On the morning of the attacks, five of the large submarines launched five mini-subs despite problems with the smaller subs that had been detected on the long journey to Hawaii. An inspection sheet found after the war showed 25 defects in one of the mini-subs, Delgado said, but on that morning they were in position to attempt to follow U.S. ships into Pearl Harbor to get past the submarine nets.

The orders were to fire their torpedoes once inside the harbor and then attempt to escape to rendezvous with the mother ships off Lanai Island.

The mini-sub sunk by the Ward first tried to follow the U.S. minesweeper Condor into Pearl Harbor but was spotted by the Condor. The Condor sent a blinker message to the Ward: "Sighted submerged submarine on westerly course 9 knots," according to the Board of Inquiry convened after the attacks.

The Ward made a sonar search but could not find sub. The mini-sub then tried to follow the Navy cargo ship Antares, which also notified the Ward. The destroyer went to general quarters and fired twice.

The first shot went high, but the second hit the mini-sub. The Ward followed up with depth charges, the Board of Inquiry said.

The deck gun from the Ward that fired the "first shot" is now a monument on the grounds of Minnesota's state capitol in St. Paul. The inscription says that "By sinking Japanese submarine on the morning of 7 December 1941 off Pearl Harbor, this gun has the distinction of being the first naval gun to speak America's reply in World War II."

All five of the Japanese mini-subs launched against Pearl Harbor were lost, as were nine of the 10 Japanese sailors aboard them who had been designated the "Special Attack Forces." Only one of the five mini-subs managed to get inside the harbor, and it was quickly sunk with depth charges by the destroyer Monaghan.

'First Prisoner'

The sole survivor of the mini-subs was Ensign Kazuo Sakamaki, whose mini-sub washed up on Dec. 8 on Oahu's Waimanalo Beach. He became the "first prisoner" taken by the U.S. in World War II.

Sakamaki asked permission of his captors to commit suicide, but the request was denied and he spent the remainder of the war in prison camps, where he became a pacifist. His name was stricken from the military rolls and he officially ceased to exist in Japan for surrendering to the enemy.

In his memoir, titled "I Attacked Pearl Harbor" in the U.S., Sakamaki wrote, "We were taught, and we came to believe, that the most important thing for us was to die manfully on the battlefield -- as the petals of the cherry blossoms fall to the ground -- and that in war there is only victory and no retreat."

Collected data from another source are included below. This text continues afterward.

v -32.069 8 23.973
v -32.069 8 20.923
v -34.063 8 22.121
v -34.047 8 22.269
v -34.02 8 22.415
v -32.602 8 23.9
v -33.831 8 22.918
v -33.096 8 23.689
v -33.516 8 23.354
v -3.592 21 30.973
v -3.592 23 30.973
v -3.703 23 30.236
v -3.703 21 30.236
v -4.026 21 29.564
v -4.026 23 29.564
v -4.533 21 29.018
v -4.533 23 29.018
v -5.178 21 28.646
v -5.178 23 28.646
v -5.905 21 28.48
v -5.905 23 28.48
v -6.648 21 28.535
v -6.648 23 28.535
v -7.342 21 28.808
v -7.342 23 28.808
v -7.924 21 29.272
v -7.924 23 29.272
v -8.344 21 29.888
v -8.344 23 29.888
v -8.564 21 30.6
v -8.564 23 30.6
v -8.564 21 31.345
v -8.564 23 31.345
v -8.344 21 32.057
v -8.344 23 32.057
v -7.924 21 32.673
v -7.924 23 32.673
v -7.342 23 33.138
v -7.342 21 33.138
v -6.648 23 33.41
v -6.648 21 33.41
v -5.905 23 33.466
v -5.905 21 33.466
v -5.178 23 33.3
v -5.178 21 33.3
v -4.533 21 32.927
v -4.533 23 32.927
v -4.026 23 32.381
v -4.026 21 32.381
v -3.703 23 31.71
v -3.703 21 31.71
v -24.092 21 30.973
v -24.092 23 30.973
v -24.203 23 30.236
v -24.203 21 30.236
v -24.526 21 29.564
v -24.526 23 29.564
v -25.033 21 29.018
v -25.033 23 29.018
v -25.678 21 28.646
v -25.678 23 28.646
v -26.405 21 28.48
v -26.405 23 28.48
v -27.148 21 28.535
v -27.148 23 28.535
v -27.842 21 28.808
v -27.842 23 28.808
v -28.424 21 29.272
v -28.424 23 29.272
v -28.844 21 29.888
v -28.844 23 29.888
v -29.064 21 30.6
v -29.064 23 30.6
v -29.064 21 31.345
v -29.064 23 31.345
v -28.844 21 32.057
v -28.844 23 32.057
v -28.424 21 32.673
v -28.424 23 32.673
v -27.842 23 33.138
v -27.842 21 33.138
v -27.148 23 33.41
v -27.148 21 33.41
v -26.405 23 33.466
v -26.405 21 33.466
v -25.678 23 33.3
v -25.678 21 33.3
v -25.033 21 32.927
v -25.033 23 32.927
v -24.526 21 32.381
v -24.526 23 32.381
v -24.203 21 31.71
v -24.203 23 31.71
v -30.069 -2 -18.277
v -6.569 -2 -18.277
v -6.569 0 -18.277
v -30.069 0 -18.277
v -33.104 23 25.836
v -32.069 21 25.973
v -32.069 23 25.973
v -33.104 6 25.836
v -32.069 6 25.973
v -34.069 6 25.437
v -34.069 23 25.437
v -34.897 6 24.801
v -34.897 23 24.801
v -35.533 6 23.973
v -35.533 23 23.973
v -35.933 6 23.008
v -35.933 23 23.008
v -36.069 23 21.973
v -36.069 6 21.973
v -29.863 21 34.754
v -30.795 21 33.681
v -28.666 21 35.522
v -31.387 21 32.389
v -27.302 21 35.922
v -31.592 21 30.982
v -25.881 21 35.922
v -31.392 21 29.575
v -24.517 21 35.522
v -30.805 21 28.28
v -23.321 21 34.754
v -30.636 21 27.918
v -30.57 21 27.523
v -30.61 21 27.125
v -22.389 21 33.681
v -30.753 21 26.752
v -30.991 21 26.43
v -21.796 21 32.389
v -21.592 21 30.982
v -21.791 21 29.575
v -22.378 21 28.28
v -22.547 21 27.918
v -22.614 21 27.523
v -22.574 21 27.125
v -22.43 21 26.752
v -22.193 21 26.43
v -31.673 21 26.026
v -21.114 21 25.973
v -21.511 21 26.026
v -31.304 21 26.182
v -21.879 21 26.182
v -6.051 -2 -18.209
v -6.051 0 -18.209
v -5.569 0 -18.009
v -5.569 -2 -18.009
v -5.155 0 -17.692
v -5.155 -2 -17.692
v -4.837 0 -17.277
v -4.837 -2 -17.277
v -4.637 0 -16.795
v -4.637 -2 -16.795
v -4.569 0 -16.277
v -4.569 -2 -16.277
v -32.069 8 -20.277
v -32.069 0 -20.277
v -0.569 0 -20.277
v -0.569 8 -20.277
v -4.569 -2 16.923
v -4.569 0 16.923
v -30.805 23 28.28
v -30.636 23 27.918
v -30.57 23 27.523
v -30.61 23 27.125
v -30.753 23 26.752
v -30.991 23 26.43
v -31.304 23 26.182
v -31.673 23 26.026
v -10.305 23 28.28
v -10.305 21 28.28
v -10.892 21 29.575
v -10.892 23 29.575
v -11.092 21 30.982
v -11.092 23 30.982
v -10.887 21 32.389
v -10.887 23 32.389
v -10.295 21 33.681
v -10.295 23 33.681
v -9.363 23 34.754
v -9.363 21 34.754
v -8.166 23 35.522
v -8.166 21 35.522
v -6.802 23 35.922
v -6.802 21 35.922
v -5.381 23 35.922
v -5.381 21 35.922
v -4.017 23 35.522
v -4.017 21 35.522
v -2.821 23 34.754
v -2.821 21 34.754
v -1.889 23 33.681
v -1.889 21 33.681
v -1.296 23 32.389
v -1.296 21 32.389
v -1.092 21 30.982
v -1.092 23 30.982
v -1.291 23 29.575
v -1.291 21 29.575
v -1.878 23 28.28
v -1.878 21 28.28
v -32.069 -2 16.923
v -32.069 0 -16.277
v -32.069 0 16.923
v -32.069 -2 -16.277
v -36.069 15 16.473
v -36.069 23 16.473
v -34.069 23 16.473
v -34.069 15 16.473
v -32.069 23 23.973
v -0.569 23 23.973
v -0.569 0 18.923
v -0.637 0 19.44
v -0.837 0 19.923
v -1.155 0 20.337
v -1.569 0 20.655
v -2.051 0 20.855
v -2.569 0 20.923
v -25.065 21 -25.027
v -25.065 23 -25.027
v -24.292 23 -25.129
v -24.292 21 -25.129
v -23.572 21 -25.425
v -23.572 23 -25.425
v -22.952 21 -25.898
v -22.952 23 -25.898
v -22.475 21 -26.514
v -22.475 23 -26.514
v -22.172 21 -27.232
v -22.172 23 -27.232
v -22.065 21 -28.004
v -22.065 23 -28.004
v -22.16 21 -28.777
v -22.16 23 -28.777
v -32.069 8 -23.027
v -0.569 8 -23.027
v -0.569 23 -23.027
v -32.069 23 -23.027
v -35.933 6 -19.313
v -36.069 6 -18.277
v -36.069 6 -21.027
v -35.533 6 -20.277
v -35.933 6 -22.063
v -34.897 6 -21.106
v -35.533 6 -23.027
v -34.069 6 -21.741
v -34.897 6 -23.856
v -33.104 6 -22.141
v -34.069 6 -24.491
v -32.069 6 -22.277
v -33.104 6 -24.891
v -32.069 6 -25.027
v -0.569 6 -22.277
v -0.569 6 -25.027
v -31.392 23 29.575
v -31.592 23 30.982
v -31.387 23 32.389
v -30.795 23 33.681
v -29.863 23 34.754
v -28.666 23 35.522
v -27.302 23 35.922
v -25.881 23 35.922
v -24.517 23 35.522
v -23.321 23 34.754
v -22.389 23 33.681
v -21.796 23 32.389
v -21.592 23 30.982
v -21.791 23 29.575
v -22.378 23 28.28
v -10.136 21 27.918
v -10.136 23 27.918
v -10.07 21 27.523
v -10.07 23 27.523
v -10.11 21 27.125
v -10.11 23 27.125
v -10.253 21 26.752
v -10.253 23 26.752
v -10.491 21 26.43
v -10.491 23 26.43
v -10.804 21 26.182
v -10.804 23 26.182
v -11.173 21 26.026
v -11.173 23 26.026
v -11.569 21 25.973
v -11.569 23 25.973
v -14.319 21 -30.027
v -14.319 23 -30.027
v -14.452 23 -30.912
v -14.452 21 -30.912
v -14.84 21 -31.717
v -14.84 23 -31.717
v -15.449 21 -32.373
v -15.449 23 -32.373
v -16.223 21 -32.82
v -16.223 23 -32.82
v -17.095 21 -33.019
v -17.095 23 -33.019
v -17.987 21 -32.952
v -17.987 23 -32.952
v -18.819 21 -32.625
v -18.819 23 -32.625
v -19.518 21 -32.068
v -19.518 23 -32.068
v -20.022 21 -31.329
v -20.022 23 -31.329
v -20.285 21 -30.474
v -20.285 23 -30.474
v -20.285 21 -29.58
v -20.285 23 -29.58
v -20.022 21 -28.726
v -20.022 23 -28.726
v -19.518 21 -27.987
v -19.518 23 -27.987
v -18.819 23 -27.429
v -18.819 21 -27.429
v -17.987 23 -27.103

He was repatriated after the war and in 1946 married his wife, Sadako, whose father and brother had been killed in the Hiroshima atomic bombing. He later became an executive for Toyota Corp. but was still scorned in Japan and so served in the company's Brazilian subsidiary.

The captured mini-sub became a traveling exhibit to raise money for war bonds. Even President Franklin D. Roosevelt inspected it. The mini-sub is now permanently on display at the National Museum of the Pacific War in Fredericksburg, Texas.

In 1991, Sakamaki came to the U.S. and visited the Texas museum. He approached his mini-sub and caressed its side. "Hello, friend," he said, and then wept. Sakamaki died in Japan at age 81 in 1999.

The mini-subs at the bottom off Pearl Harbor are now considered war graves and, for Delgado, they are part of the legacy of the attacks that must be kept inviolate. "They're almost all gone now," he said of the veterans of Pearl Harbor, both Japanese and U.S.

When they are gone, "the memories of them will be as distant as the Civil War is to us," Delgado said. "How do we carry it forward?"

What will be left is the legacy in the artifacts and the places, he said. "These are the touchstones," he said, including mini-subs at the bottom of the sea. "The coming generations can learn from them."

Pearl Harbor is "more than just the story of young men, full of patriotic fervor and idealism, going off to war." It is also the story of the following generations of both nations, and how "75 years later those enemies became friends," Delgado said.